Fidelis XPS operates on real-time network traffic (up to 2.5gigabit traffic ) and implements multiple layers of content interception and decoding that “peels off” common compression, aggregation, file formats and encoding schemes, and extracts the actual content in a form suitable for detection and prevention of data leakage.
Smart Identity Profiling
Unlike keyword scanning and digital fingerprinting, Smart Identity Profiling can capture essential characteristics of a document or a structured data set but tolerates some significant variance that is common in database updates and document lifetime: editing, branching into several independent versions, sets of similar documents, etc. It can be considered as the successor to both keyword scanning and fingerprinting, combining the power of both techniques.
Keyword Scanning is a simple, relatively effective and user-friendly method of document classification. It is based on a set of very specific words, matched literally in the text. Dictionaries used for scanning include words inappropriate in communication, code words for confidential projects, products, or processes, and other words that can raise the suspicion independently of the context of their use. Matching can be performed by a single-pass matcher based on a setwise string matching algorithm.

As anybody familiar with Google can attest, the signal-to-noise ratio of keyword searches varies from good to unacceptable, depending on the uniqueness of the keywords themselves and the exactness of the mapping between the keywords and concepts they are supposed to capture.

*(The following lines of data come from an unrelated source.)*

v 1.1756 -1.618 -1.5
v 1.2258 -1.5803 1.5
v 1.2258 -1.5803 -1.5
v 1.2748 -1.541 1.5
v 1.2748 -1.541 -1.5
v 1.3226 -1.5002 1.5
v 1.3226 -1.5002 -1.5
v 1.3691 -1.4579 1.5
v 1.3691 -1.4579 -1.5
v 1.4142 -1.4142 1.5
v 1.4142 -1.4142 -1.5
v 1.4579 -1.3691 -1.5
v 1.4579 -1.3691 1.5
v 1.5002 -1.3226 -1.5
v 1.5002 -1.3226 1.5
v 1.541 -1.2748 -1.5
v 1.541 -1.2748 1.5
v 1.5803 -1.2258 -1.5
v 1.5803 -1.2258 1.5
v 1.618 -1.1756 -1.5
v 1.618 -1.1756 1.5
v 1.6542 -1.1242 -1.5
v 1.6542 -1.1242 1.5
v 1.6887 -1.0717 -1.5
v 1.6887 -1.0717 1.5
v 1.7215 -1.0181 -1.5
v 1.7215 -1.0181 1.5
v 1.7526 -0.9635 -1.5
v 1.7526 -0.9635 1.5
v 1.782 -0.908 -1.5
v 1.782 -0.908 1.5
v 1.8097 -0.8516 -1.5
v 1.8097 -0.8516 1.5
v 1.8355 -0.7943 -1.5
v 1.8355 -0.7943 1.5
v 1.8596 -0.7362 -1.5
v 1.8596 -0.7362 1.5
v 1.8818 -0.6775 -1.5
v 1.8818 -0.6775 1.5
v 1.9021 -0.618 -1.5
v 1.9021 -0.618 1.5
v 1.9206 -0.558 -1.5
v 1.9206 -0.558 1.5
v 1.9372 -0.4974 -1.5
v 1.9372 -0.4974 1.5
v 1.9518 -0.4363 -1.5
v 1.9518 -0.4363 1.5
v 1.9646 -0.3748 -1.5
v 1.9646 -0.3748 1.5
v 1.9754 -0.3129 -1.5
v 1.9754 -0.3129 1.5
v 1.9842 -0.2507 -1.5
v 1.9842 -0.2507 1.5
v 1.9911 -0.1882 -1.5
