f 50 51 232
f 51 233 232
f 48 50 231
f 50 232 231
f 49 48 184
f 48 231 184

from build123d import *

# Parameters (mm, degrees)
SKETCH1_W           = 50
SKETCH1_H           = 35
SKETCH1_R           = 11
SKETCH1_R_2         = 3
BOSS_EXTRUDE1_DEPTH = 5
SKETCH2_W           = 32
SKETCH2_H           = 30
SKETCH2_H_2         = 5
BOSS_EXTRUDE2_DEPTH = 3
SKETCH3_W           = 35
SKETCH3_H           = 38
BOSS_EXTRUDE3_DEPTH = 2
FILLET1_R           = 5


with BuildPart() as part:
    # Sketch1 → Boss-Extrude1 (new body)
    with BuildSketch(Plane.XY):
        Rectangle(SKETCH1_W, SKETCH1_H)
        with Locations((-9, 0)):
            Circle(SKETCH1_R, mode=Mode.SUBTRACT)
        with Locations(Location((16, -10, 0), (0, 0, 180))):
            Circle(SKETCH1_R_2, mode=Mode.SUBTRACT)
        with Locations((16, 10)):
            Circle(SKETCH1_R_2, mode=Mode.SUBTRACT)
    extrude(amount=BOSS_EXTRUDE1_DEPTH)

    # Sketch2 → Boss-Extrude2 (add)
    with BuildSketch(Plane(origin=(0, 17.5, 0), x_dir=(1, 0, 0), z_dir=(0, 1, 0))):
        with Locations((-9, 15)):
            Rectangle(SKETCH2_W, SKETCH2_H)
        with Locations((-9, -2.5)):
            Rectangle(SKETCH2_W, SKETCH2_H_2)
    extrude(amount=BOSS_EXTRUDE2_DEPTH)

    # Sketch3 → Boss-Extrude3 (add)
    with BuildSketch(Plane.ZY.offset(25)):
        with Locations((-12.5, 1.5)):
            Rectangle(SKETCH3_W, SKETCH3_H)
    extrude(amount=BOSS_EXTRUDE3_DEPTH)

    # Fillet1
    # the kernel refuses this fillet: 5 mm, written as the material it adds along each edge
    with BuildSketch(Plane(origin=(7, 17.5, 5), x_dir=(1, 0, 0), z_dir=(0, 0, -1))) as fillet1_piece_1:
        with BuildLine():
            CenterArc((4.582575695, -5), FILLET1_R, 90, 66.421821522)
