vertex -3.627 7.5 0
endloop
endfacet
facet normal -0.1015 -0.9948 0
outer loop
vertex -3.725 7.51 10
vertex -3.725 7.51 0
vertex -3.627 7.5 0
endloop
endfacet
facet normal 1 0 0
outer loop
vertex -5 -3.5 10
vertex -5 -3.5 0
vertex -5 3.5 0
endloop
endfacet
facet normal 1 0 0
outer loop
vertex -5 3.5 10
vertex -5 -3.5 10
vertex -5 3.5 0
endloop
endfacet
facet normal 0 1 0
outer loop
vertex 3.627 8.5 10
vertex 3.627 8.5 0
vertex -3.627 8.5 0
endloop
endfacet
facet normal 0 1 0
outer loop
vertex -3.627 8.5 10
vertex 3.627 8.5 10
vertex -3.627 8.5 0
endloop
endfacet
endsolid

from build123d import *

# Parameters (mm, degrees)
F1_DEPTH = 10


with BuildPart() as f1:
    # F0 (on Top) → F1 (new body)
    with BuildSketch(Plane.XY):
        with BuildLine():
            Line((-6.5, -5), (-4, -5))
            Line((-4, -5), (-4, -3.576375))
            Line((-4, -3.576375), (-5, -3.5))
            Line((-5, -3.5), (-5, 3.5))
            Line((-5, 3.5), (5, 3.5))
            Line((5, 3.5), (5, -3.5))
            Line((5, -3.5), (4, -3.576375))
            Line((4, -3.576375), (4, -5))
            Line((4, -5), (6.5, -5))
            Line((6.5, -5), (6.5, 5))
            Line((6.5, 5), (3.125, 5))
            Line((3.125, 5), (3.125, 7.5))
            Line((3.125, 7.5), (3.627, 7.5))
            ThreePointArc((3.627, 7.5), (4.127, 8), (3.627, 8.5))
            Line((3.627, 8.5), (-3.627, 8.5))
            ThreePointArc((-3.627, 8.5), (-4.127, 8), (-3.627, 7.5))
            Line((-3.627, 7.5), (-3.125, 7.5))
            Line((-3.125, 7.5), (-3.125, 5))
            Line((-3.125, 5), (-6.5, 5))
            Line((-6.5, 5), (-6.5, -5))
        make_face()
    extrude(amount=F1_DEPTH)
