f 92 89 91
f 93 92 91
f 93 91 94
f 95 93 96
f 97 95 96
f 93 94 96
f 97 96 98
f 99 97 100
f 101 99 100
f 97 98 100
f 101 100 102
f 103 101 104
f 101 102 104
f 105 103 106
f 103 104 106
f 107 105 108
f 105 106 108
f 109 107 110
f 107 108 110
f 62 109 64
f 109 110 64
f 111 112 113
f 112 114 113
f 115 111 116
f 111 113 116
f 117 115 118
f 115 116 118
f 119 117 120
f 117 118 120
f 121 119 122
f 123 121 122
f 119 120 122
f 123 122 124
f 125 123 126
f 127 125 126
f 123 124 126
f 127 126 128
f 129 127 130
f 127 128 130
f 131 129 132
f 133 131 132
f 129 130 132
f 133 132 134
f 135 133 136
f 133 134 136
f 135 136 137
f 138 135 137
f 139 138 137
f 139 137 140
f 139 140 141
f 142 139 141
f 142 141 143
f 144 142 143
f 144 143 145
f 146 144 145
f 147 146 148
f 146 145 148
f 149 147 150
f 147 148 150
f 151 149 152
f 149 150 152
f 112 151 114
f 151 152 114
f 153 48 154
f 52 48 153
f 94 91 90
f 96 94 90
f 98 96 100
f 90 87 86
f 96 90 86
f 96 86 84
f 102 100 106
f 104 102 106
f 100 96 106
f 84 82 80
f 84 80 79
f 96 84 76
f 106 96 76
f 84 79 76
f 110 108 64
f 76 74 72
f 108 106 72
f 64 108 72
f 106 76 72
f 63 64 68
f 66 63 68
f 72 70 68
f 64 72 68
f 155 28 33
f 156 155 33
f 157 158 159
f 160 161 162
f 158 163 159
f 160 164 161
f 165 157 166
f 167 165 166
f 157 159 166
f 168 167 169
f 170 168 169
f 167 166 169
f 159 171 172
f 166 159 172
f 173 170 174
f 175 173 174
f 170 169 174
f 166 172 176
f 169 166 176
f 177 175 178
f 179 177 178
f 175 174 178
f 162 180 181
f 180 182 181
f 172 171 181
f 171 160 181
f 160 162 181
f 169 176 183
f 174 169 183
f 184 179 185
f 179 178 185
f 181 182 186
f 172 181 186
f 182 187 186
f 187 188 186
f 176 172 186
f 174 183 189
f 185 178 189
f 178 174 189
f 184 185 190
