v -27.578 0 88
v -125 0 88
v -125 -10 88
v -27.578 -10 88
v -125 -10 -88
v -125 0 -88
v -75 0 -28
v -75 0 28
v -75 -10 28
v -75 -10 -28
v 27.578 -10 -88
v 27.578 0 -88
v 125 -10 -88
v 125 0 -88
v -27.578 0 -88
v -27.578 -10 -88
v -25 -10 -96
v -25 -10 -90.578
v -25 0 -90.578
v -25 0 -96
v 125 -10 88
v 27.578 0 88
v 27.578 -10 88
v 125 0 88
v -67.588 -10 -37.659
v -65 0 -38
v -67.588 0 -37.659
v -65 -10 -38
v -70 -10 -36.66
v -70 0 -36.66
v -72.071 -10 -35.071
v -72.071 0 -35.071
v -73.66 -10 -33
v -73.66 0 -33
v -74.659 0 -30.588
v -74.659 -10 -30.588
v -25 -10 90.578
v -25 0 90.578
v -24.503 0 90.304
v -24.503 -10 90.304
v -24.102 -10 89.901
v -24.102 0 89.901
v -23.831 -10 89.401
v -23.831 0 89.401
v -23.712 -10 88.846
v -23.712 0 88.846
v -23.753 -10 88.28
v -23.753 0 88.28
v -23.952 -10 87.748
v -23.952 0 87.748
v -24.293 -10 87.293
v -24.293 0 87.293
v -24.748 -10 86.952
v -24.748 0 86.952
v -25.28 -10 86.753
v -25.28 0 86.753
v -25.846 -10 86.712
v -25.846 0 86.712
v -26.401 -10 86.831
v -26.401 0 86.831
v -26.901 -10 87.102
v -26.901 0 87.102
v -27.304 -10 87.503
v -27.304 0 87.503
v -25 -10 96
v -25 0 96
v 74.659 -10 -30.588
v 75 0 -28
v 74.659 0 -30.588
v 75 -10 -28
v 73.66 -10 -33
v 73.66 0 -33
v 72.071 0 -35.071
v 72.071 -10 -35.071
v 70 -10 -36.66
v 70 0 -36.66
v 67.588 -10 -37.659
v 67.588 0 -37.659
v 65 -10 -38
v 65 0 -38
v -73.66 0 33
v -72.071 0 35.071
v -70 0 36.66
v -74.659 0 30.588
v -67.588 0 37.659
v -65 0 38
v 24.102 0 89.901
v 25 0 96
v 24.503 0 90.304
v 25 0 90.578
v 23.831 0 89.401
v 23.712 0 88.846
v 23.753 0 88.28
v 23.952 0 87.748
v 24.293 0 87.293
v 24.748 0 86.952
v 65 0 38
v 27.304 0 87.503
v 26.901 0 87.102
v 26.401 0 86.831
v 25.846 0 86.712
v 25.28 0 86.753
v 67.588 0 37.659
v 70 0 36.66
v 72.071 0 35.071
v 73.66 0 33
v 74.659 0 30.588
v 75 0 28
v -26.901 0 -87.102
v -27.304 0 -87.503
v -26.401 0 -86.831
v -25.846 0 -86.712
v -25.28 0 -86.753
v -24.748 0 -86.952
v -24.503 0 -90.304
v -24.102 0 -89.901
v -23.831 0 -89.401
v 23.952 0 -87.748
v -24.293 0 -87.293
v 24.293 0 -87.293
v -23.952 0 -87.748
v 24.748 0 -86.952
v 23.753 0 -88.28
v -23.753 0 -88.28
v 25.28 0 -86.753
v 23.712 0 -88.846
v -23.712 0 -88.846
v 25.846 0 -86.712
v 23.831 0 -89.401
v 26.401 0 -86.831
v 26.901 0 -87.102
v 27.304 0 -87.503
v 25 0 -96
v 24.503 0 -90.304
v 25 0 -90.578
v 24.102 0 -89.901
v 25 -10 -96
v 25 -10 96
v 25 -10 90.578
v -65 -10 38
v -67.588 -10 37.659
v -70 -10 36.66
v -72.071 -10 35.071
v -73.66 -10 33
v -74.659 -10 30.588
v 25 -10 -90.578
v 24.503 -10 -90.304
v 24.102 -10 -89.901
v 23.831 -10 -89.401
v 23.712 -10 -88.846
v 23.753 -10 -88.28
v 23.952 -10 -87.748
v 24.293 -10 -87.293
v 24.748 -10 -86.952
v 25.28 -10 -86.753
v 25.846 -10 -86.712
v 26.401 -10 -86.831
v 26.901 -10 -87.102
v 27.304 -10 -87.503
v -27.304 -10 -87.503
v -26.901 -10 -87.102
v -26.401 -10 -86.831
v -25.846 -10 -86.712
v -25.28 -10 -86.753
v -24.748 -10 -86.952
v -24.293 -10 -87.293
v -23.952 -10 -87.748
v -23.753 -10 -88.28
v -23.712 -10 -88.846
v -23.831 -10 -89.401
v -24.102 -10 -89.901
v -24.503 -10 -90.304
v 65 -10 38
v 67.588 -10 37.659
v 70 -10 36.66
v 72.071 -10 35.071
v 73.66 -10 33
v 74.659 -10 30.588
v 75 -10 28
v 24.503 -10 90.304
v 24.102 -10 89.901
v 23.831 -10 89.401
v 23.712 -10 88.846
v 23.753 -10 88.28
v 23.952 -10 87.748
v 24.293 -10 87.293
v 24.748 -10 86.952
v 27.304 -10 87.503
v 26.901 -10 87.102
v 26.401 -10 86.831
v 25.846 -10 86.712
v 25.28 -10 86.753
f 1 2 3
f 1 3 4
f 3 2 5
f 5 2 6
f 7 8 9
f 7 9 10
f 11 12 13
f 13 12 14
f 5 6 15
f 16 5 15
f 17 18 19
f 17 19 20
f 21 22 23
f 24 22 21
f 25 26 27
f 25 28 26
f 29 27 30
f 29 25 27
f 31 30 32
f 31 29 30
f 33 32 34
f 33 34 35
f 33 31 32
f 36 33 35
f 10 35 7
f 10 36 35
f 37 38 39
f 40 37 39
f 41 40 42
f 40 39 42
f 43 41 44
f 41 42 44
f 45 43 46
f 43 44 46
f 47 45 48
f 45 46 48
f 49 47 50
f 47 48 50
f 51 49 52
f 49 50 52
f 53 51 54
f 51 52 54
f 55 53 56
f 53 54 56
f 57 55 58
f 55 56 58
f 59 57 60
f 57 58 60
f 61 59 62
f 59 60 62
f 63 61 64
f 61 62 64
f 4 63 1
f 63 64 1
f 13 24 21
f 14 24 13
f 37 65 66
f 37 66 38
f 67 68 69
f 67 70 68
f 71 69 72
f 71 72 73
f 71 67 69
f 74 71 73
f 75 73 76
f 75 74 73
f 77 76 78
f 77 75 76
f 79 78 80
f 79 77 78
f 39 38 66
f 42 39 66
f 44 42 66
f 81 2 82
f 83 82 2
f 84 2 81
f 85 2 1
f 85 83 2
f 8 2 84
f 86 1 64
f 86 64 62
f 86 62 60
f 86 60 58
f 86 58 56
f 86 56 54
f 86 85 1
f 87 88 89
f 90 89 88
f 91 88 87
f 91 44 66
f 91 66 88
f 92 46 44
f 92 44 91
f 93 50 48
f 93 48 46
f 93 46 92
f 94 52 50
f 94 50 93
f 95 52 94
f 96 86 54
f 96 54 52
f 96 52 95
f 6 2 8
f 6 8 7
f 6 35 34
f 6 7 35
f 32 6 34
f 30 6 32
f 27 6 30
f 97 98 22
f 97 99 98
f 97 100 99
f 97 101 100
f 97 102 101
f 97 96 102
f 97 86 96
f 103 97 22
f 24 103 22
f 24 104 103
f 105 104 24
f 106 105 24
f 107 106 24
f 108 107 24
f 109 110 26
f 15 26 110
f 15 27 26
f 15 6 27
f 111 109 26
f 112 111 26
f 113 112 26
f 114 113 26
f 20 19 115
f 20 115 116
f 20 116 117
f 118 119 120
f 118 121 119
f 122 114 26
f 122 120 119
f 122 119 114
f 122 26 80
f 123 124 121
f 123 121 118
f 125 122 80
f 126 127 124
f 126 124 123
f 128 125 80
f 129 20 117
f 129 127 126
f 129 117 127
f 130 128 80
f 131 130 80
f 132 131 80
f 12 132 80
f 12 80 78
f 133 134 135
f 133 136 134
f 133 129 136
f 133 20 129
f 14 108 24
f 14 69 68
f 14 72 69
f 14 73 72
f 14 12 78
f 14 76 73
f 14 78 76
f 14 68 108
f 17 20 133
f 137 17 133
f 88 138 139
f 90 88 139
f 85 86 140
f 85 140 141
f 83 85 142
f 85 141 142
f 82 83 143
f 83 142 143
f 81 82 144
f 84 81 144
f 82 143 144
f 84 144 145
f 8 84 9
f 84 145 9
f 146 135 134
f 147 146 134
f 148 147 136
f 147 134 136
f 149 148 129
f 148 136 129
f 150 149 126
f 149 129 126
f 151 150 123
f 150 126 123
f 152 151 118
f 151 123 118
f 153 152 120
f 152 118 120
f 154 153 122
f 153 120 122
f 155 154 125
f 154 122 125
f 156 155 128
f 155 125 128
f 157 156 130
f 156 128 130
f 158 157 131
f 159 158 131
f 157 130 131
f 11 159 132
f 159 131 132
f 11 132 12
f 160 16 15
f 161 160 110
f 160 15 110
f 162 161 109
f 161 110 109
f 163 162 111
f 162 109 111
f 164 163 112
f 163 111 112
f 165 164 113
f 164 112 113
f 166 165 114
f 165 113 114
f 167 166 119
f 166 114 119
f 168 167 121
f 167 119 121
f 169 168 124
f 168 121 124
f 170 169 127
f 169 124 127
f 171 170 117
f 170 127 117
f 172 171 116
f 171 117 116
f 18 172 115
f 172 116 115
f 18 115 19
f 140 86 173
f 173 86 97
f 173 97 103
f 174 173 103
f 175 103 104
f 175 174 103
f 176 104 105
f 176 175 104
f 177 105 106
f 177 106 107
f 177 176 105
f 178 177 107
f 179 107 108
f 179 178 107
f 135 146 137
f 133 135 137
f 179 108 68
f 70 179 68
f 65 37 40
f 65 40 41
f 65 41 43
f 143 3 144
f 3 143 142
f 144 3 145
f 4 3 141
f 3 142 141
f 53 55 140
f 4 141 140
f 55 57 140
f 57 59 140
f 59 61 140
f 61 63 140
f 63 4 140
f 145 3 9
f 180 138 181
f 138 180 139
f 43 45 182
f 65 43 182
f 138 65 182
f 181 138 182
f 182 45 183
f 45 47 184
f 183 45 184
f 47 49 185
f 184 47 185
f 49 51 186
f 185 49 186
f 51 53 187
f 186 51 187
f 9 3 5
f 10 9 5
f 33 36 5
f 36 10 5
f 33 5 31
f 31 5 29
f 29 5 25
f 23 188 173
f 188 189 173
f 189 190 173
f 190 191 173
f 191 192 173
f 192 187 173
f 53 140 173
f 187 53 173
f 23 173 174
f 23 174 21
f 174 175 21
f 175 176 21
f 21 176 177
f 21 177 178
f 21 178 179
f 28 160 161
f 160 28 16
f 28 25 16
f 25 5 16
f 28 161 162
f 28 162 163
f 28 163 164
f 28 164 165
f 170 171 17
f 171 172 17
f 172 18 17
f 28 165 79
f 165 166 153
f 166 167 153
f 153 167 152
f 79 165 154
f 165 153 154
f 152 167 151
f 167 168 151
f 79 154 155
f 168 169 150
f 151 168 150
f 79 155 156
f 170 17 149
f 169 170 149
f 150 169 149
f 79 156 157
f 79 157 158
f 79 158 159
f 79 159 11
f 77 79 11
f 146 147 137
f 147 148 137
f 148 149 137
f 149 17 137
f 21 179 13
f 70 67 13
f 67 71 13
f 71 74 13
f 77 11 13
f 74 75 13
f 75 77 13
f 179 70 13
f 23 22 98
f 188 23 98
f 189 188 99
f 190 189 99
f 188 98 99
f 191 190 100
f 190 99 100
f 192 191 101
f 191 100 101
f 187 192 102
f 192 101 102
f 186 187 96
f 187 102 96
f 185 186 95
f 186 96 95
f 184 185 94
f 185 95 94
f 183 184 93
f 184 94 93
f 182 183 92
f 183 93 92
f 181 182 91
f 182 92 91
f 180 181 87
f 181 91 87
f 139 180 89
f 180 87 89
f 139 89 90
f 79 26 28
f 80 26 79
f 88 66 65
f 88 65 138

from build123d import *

# Parameters (mm, degrees)
SKETCH1_W           = 250
SKETCH1_H           = 176
BASE_FLANGE1_DEPTH  = 10
SKETCH6_W           = 50
SKETCH6_H           = 8
BOSS_EXTRUDE1_DEPTH = 10
SKETCH7_R           = 2
CUT_EXTRUDE1_DEPTH  = 158.927198417
SKETCH8_W           = 150
SKETCH8_H           = 76
CUT_EXTRUDE2_DEPTH  = 158.927198417
FILLET1_R           = 10


# Sheet-metal steps are written as plain solids
with BuildPart() as part:
    # Sketch1 → Base-Flange1 (new body)
    with BuildSketch(Plane(origin=(0, 0, 0), x_dir=(1, 0, 0), z_dir=(0, 1, 0))):
        Rectangle(SKETCH1_W, SKETCH1_H)
    extrude(amount=-BASE_FLANGE1_DEPTH)

    # Sketch6 → Boss-Extrude1 (add)
    with BuildSketch(Plane(origin=(0, 0, 0), x_dir=(1, 0, 0), z_dir=(0, 1, 0))):
        with Locations((0, 92)):
            Rectangle(SKETCH6_W, SKETCH6_H)
        with Locations((0, -92)):
            Rectangle(SKETCH6_W, SKETCH6_H)
    extrude(amount=-BOSS_EXTRUDE1_DEPTH)

    # Sketch7 → Cut-Extrude1 (cut, through all)
    with BuildSketch(Plane(origin=(0, 0, 0), x_dir=(1, 0, 0), z_dir=(0, 1, 0))):
        with Locations((25.707106781, 88.707106781)):
            Circle(SKETCH7_R)
        with Locations((-25.707106781, 88.707106781)):
            Circle(SKETCH7_R)
        with Locations((-25.707106781, -88.707106781)):
            Circle(SKETCH7_R)
        with Locations((25.707106781, -88.707106781)):
            Circle(SKETCH7_R)
    extrude(amount=-CUT_EXTRUDE1_DEPTH, mode=Mode.SUBTRACT)

    # Sketch8 → Cut-Extrude2 (cut, through all)
    with BuildSketch(Plane(origin=(0, 0, 0), x_dir=(1, 0, 0), z_dir=(0, 1, 0))):
        Rectangle(SKETCH8_W, SKETCH8_H)
    extrude(amount=-CUT_EXTRUDE2_DEPTH, mode=Mode.SUBTRACT)

    # Fillet1
    fillet1_edges = [part.edges().sort_by_distance(p)[0] for p in [
        (-75, -5, 38),
        (-75, -5, -38),
        (75, -5, -38),
        (75, -5, 38),
    ]]
    fillet(fillet1_edges, radius=FILLET1_R)


solid = part.part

Digital Fingerprinting (DF) is a technique designed to pinpoint the exact replica of a certain document or data file with the rate of false positives approaching zero. The methods used are calculations of message digests by a secure hash algorithm (SHA-1 and MD5 are popular choices).  Websense uses PreciseID (a sliding hash algorithm that is a variation on the DF technique – which is more robust than DF for unstructured data, but still requires frequent update of the signature and is unsuitable for protecting information in very large customer databases due to the amount of computation required and the need to access customer data and store the signatures which creates an additional data security vulnerability.
Here is an example of a Fidelis XPS Smart Identity Profile that illustrates the simplicity and power of XPS.

# MCP3.0 Profile
# name: InsurancePolicyHolders
# comments: Policy Holders
# threshold: 0
pattern:    MemoNo    P[A-Z][A-Z]
pattern:    BusinessUnitName    PZUInternational
pattern:    ControlNo    d{9}
pattern:    PolicyNo    4d{7}
use:    DateOfPolicy(PolicyNo,Date,Name,Phone,e_mail):Medium
use:    Medication(PolicyNo,Drug_Name,Name,Phone):Medium
use:    NamePhonePolicyNo(BusinessUnitName,PolicyNo,Name,Phone):Medium
------------------------------
prob: DateOfPolicy 0.200 0.200 0.200 0.200 0.200
prob: Medication 0.201 0.398 0.201 0.201
prob: NamePhonePolicyNo 0.000 0.333 0.333 0.333

As you can see in the above example – Smart Identity Profiling uses tuples of data fields – for example, the DateOfPolicy tuple which contains 5 fields – PolicyNo,Date,Name,Phone and e_mail address.  Although the probability of not detecting a single field might be fairly high, the probability of not detecting a given tuple of 5 fields is the multiple of 5 probabilities  – for example if the miss probability of a single field is 70% then the probability of missing the entire tuple is only 16.8%.
SIP (Smart Identity Profiling) is used successfully in Fidelis XPS appliances at gigabit deployments at large insurance companies like PBGC and telecommunication service providers like 013 and Netia.